In our concrete case, we only have an MD trajectory of a single system. Therefore, we don't need to specify an atomref, since removing the average energy will working as well.

Now we can have a look at the data in the same way we did before for QM9:

In [None]:
print("Number of reference calculations:", len(new_dataset))
print("Available properties:")

for p in new_dataset.available_properties:
    print("-", p)
print()

example = new_dataset[0]
print("Properties of molecule with id 0:")

for k, v in example.items():
    print("-", k, ":", v.shape)

The same way, we can store multiple properties, including atomic properties such as forces, or tensorial properties such as polarizability tensors.
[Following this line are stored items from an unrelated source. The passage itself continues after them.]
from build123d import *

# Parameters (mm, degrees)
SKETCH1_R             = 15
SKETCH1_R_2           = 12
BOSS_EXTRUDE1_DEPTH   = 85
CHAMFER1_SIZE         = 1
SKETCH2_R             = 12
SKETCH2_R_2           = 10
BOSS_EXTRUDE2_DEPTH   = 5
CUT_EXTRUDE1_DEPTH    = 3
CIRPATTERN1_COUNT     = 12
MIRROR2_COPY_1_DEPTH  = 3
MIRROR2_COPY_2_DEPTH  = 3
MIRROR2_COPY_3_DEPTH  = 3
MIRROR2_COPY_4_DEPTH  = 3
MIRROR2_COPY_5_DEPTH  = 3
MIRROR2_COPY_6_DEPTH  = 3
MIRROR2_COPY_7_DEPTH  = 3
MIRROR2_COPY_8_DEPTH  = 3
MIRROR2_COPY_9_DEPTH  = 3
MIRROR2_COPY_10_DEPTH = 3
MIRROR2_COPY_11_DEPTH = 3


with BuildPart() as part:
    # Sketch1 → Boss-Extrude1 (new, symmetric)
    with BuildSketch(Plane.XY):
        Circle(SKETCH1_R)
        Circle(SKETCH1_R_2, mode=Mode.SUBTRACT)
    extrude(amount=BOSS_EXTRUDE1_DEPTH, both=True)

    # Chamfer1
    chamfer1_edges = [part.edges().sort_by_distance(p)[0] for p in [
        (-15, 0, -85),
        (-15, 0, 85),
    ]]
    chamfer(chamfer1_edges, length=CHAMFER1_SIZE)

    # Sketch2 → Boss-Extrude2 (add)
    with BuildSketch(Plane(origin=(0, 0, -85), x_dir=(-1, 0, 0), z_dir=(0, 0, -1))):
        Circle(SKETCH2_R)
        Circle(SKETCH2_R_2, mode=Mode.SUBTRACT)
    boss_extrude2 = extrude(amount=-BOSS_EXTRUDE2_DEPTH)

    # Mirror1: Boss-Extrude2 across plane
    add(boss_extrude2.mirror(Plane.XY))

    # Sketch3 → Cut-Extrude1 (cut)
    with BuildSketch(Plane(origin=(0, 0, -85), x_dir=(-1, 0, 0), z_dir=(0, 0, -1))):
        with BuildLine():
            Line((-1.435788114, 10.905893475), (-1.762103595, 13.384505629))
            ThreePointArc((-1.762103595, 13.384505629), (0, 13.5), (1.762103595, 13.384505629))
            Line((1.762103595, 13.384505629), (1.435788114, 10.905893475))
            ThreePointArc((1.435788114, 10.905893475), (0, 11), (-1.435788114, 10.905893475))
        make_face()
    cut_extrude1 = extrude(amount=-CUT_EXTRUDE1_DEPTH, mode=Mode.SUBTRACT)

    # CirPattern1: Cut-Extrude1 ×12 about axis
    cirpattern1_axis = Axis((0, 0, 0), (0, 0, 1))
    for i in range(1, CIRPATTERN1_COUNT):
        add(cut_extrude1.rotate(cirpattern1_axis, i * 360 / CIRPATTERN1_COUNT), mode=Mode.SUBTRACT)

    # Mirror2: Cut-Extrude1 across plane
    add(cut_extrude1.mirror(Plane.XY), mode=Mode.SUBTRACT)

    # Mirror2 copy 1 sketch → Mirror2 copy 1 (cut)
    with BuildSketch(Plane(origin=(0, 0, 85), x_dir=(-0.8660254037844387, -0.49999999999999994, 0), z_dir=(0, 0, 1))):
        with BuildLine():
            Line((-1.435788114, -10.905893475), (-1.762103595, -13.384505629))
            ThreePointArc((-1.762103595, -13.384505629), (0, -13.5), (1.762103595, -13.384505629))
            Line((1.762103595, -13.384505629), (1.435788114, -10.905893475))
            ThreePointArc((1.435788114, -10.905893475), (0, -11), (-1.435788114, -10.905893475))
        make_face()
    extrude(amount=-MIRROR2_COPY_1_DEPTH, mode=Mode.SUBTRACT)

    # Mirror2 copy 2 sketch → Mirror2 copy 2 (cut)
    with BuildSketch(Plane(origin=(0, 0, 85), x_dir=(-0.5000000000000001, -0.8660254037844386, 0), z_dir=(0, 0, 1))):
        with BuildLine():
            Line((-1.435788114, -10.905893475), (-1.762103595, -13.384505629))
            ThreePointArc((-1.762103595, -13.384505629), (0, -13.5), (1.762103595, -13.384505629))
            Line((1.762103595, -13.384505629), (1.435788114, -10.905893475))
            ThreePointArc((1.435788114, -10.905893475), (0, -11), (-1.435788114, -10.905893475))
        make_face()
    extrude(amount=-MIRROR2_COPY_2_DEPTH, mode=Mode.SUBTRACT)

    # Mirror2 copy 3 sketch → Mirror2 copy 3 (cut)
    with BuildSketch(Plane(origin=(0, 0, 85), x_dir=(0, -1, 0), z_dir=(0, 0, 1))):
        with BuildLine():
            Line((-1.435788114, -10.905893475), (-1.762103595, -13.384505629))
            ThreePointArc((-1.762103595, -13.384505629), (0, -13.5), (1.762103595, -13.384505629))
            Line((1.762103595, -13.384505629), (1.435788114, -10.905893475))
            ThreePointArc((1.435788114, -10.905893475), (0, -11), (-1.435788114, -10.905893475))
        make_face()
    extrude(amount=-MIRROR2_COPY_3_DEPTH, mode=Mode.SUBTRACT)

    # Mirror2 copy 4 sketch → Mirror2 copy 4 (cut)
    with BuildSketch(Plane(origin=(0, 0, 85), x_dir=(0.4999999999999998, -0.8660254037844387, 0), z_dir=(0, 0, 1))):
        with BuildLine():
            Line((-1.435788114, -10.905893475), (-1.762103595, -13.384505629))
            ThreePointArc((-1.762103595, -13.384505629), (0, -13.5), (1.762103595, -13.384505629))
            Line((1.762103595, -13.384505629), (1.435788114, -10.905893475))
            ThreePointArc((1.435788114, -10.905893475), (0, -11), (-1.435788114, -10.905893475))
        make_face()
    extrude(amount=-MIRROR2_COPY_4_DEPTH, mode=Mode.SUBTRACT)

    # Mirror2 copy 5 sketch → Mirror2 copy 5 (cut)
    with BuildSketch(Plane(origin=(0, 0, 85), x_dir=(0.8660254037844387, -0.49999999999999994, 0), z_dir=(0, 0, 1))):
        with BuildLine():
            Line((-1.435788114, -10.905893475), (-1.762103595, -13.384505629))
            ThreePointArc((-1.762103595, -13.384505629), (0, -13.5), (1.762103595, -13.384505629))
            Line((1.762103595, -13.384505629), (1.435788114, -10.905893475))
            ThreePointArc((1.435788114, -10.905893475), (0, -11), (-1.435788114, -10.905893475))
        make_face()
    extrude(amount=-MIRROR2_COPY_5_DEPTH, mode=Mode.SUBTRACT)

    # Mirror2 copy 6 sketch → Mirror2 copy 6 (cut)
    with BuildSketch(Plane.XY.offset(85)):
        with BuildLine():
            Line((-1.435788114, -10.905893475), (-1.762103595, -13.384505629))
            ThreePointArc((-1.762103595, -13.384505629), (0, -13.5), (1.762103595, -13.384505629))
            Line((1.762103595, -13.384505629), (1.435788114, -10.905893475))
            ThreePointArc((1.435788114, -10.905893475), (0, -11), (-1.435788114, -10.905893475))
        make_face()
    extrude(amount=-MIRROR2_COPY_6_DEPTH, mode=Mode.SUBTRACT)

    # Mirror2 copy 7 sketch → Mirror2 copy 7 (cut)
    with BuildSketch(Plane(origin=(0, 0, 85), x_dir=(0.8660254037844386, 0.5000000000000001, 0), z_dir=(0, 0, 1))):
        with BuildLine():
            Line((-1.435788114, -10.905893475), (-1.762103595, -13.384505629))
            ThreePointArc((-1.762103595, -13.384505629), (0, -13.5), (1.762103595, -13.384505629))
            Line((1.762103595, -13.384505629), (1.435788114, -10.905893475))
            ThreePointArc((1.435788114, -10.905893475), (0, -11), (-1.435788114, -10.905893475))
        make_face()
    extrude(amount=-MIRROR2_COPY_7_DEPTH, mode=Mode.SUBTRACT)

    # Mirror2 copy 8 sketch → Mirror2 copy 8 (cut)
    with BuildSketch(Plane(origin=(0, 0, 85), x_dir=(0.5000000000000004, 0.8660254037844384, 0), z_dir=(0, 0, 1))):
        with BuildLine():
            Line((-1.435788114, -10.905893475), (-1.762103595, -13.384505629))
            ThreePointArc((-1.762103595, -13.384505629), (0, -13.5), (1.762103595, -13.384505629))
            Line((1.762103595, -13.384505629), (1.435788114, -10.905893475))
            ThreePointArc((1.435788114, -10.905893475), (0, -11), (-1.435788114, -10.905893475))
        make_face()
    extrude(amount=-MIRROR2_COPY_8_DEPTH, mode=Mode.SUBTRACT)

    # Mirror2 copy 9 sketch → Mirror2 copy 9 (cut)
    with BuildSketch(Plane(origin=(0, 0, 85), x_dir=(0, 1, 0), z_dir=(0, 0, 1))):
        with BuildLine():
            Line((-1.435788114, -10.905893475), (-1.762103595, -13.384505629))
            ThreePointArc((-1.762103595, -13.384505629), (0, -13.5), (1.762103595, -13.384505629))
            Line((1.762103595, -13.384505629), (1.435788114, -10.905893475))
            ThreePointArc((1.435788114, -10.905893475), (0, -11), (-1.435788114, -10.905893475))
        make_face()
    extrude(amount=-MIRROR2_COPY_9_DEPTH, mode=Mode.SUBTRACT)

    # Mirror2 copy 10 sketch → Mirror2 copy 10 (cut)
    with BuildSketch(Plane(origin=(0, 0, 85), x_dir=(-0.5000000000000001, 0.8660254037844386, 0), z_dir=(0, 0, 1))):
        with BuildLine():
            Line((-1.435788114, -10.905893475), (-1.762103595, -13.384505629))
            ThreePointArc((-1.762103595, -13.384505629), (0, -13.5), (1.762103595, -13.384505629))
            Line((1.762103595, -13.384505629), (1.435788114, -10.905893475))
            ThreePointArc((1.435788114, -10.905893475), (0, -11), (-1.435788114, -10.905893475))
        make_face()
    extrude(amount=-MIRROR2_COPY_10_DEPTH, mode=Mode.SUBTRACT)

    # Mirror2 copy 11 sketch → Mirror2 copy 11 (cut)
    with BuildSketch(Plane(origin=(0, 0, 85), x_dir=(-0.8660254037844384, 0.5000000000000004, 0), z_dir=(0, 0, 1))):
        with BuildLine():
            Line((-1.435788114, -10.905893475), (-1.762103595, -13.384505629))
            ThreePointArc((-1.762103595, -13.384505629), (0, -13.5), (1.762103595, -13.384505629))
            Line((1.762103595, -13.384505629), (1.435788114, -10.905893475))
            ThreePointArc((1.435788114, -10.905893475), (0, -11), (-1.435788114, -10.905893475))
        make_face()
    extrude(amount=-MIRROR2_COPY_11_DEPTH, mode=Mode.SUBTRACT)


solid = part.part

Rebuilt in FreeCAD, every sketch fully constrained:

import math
import FreeCAD as App
import Part
import Sketcher
Q = App.Units.Quantity


def edges_at(feature, points):
    """Names of the edges that pass closest to the given points."""
    edges = feature.Shape.Edges
    near = lambda p: min(range(len(edges)), key=lambda i: edges[i].distToShape(Part.Vertex(*p))[0])
    return sorted({f"Edge{near(p) + 1}" for p in points})

doc = App.newDocument("Part")
body = doc.addObject("PartDesign::Body", "Body")

# Sketch on XY plane
sketch1 = body.newObject("Sketcher::SketchObject", "Sketch")
sketch1.AttachmentSupport = (doc.getObject("XY_Plane"), [""])
sketch1.MapMode = "FlatFace"
sketch1.addGeometry([
    Part.Circle(App.Vector(0, 0, 0), App.Vector(0, 0, 1), 15),
    Part.Circle(App.Vector(0, 0, 0), App.Vector(0, 0, 1), 12),
], False)
sketch1.addConstraint([
    Sketcher.Constraint("Coincident", 0, 3, -1, 1),
    Sketcher.Constraint("Coincident", 1, 3, -1, 1),
    Sketcher.Constraint("Diameter", 0, 30.0),
    Sketcher.Constraint("Diameter", 1, 24.0),
])
pad1 = body.newObject("PartDesign::Pad", "Pad")
pad1.Profile = sketch1
pad1.Length = 170
pad1.Midplane = True
doc.recompute()

chamfer = body.newObject("PartDesign::Chamfer", "Chamfer")
chamfer.Base = (pad1, edges_at(pad1, [(-15, 0, -85), (-15, 0, 85)]))
chamfer.Size = 1

# Sketch on XY plane
sketch2 = body.newObject("Sketcher::SketchObject", "Sketch001")
sketch2.AttachmentSupport = (doc.getObject("XY_Plane"), [""])
sketch2.MapMode = "FlatFace"
sketch2.AttachmentOffset = App.Placement(App.Vector(0, 0, -85), App.Rotation())
sketch2.addGeometry([
    Part.Circle(App.Vector(0, 0, 0), App.Vector(0, 0, 1), 12),
    Part.Circle(App.Vector(0, 0, 0), App.Vector(0, 0, 1), 10),
], False)
sketch2.addConstraint([
    Sketcher.Constraint("Coincident", 0, 3, -1, 1),
    Sketcher.Constraint("Coincident", 1, 3, -1, 1),
    Sketcher.Constraint("Diameter", 0, 24.0),
    Sketcher.Constraint("Diameter", 1, 20.0),
])
pad2 = body.newObject("PartDesign::Pad", "Pad001")
pad2.Profile = sketch2
pad2.Length = 5
doc.recompute()

mirrored = body.newObject("PartDesign::Mirrored", "Mirrored")
mirrored.Originals = [pad2]
mirrored.MirrorPlane = (doc.getObject("XY_Plane"), [""])
body.Tip = mirrored

# Sketch on XY plane
sketch3 = body.newObject("Sketcher::SketchObject", "Sketch002")
sketch3.AttachmentSupport = (doc.getObject("XY_Plane"), [""])
sketch3.MapMode = "FlatFace"
sketch3.AttachmentOffset = App.Placement(App.Vector(0, 0, -85), App.Rotation())
sketch3.addGeometry([
    Part.LineSegment(App.Vector(1.762104, 13.384506, 0), App.Vector(1.435788, 10.905893, 0)),
    Part.ArcOfCircle(Part.Circle(App.Vector(0, 0, 0), App.Vector(0, 0, 1), 11), math.radians(82.5), math.radians(97.5)),
    Part.LineSegment(App.Vector(-1.435788, 10.905893, 0), App.Vector(-1.762104, 13.384506, 0)),
    Part.ArcOfCircle(Part.Circle(App.Vector(0, 0, 0), App.Vector(0, 0, 1), 13.5), math.radians(82.5), math.radians(97.5)),
], False)
sketch3.addConstraint([
    Sketcher.Constraint("Coincident", 0, 2, 1, 1),
    Sketcher.Constraint("Coincident", 1, 2, 2, 1),
    Sketcher.Constraint("Coincident", 2, 2, 3, 2),
    Sketcher.Constraint("Coincident", 3, 1, 0, 1),
    Sketcher.Constraint("Coincident", 1, 3, -1, 1),
    Sketcher.Constraint("Coincident", 3, 3, -1, 1),
    Sketcher.Constraint("Horizontal", 0, 2, 1, 2),
    Sketcher.Constraint("Horizontal", 2, 2, 3, 1),
    Sketcher.Constraint("Radius", 1, 11.0),
    Sketcher.Constraint("Radius", 3, 13.5),
    Sketcher.Constraint("Angle", 0, Q("-97.5 deg")),
    Sketcher.Constraint("DistanceX", -1, 1, 0, 2, 1.435788),
])
pocket1 = body.newObject("PartDesign::Pocket", "Pocket")
pocket1.Profile = sketch3
pocket1.Length = 3
pocket1.Reversed = True
doc.recompute()

polarpattern = body.newObject("PartDesign::PolarPattern", "PolarPattern")
polarpattern.Originals = [pocket1]
polarpattern.Axis = (doc.getObject("Z_Axis"), [""])
polarpattern.Angle = 360
polarpattern.Occurrences = 12
body.Tip = polarpattern
doc.recompute()

mirrored2 = body.newObject("PartDesign::Mirrored", "Mirrored001")
mirrored2.Originals = [pocket1]
mirrored2.MirrorPlane = (doc.getObject("XY_Plane"), [""])
body.Tip = mirrored2

# Sketch on XY plane
sketch4 = body.newObject("Sketcher::SketchObject", "Sketch003")
sketch4.AttachmentSupport = (doc.getObject("XY_Plane"), [""])
sketch4.MapMode = "FlatFace"
sketch4.AttachmentOffset = App.Placement(App.Vector(0, 0, 85), App.Rotation())
sketch4.addGeometry([
    Part.LineSegment(App.Vector(-4.209518, 10.162675, 0), App.Vector(-5.166226, 12.472374, 0)),
    Part.ArcOfCircle(Part.Circle(App.Vector(0, 0, 0), App.Vector(0, 0, 1), 13.5), math.radians(112.5), math.radians(127.5)),
    Part.LineSegment(App.Vector(-8.218279, 10.71027, 0), App.Vector(-6.696376, 8.726887, 0)),
    Part.ArcOfCircle(Part.Circle(App.Vector(0, 0, 0), App.Vector(0, 0, 1), 11), math.radians(112.5), math.radians(127.5)),
], False)
sketch4.addConstraint([
    Sketcher.Constraint("Coincident", 0, 2, 1, 1),
    Sketcher.Constraint("Coincident", 1, 2, 2, 1),
    Sketcher.Constraint("Coincident", 2, 2, 3, 2),
    Sketcher.Constraint("Coincident", 3, 1, 0, 1),
    Sketcher.Constraint("Coincident", 1, 3, -1, 1),
    Sketcher.Constraint("Coincident", 3, 3, -1, 1),
    Sketcher.Constraint("Radius", 3, 11.0),
    Sketcher.Constraint("Radius", 1, 13.5),
    Sketcher.Constraint("Angle", 0, Q("112.5 deg")),
    Sketcher.Constraint("Angle", 2, Q("-52.5 deg")),
    Sketcher.Constraint("DistanceX", 1, 2, -1, 1, 8.218279),
    Sketcher.Constraint("DistanceX", 2, 2, 0, 2, 1.530149),
])
pocket2 = body.newObject("PartDesign::Pocket", "Pocket001")
pocket2.Profile = sketch4
pocket2.Length = 3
## Using your data for training
We have now used the class `ASEAtomsData` to create a new `ase` database for our custom data. `schnetpack.data.ASEAtomsData` is a subclass of `pytorch.data.Dataset` and could be utilized for training models with `pytorch`. However, we use `pytorch-lightning` to conveniently handle the training procedure for us. This requires us to wrap the dataset in a [LightningDataModule](https://lightning.ai/docs/pytorch/stable/data/datamodule.html). We provide a general purpose `AtomsDataModule` for atomic systems in `schnetpack.data.datamodule.AtomsDataModule`. The data module will handle the unit conversion, splitting, batching and the preprocessing of the data with `transforms`. We can instantiate the data module for our custom dataset with:

In [None]:
import schnetpack as spk
import schnetpack.transform as trn

custom_data = spk.data.AtomsDataModule(
    "./new_dataset.db",
    batch_size=10,
    distance_unit="Ang",
    property_units={"energy": "kcal/mol", "forces": "kcal/mol/Ang"},
    num_train=1000,
    num_val=100,
    transforms=[
        trn.ASENeighborList(cutoff=5.0),
        trn.RemoveOffsets("energy", remove_mean=True, remove_atomrefs=False),
        trn.CastTo32(),
    ],
    num_workers=1,
    pin_memory=True,  # set to false, when not using a GPU
)
custom_data.prepare_data()
custom_data.setup()

Please note that for the general case it makes sense to use your dataset within command line interface (see: [here](https://schnetpack.readthedocs.io/en/latest/userguide/configs.html)). For some benchmark datasets we provide data modules with download functions and more utilities in `schnetpack.data.datasets`. Further examples on how to use the data modules is provided in the following sections.